_WHAT THE TASK REQUIRES_
Would you please state how many lines in the entries contain the word "Polygon"? Only the number should be given.
□ □ □ □
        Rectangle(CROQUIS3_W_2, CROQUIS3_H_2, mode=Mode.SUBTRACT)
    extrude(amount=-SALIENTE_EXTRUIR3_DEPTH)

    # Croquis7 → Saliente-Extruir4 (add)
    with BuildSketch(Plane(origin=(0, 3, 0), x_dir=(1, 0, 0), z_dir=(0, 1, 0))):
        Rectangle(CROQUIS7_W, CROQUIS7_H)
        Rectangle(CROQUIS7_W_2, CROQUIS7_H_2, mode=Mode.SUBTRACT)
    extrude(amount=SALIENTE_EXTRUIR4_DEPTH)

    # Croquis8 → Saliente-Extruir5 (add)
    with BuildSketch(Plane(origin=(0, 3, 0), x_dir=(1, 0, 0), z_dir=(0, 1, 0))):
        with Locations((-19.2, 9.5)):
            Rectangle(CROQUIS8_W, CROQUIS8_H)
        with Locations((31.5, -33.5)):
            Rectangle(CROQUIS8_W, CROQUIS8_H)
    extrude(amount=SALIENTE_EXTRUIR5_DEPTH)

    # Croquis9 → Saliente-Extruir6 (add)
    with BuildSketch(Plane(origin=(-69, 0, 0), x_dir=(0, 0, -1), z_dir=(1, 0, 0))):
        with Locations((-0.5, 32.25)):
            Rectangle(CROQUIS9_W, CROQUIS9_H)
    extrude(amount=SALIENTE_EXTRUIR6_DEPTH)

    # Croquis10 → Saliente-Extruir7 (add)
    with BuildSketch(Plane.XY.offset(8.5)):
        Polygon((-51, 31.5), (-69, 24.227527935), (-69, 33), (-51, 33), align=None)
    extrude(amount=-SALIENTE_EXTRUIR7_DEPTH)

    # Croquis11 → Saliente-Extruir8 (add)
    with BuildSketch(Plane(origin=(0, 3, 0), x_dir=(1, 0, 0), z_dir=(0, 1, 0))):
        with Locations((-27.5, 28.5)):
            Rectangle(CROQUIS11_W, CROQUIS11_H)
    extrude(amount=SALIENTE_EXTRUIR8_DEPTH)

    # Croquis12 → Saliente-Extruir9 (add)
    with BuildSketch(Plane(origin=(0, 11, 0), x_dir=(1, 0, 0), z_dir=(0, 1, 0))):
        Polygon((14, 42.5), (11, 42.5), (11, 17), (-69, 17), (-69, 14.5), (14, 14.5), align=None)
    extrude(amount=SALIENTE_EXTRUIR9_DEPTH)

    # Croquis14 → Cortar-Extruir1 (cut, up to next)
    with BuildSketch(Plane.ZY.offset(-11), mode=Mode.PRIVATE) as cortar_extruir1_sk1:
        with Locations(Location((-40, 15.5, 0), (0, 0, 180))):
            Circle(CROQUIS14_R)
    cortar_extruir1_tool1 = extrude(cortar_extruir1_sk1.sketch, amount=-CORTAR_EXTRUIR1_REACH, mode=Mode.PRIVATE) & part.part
□ □ □ □
_RESPONSE_
2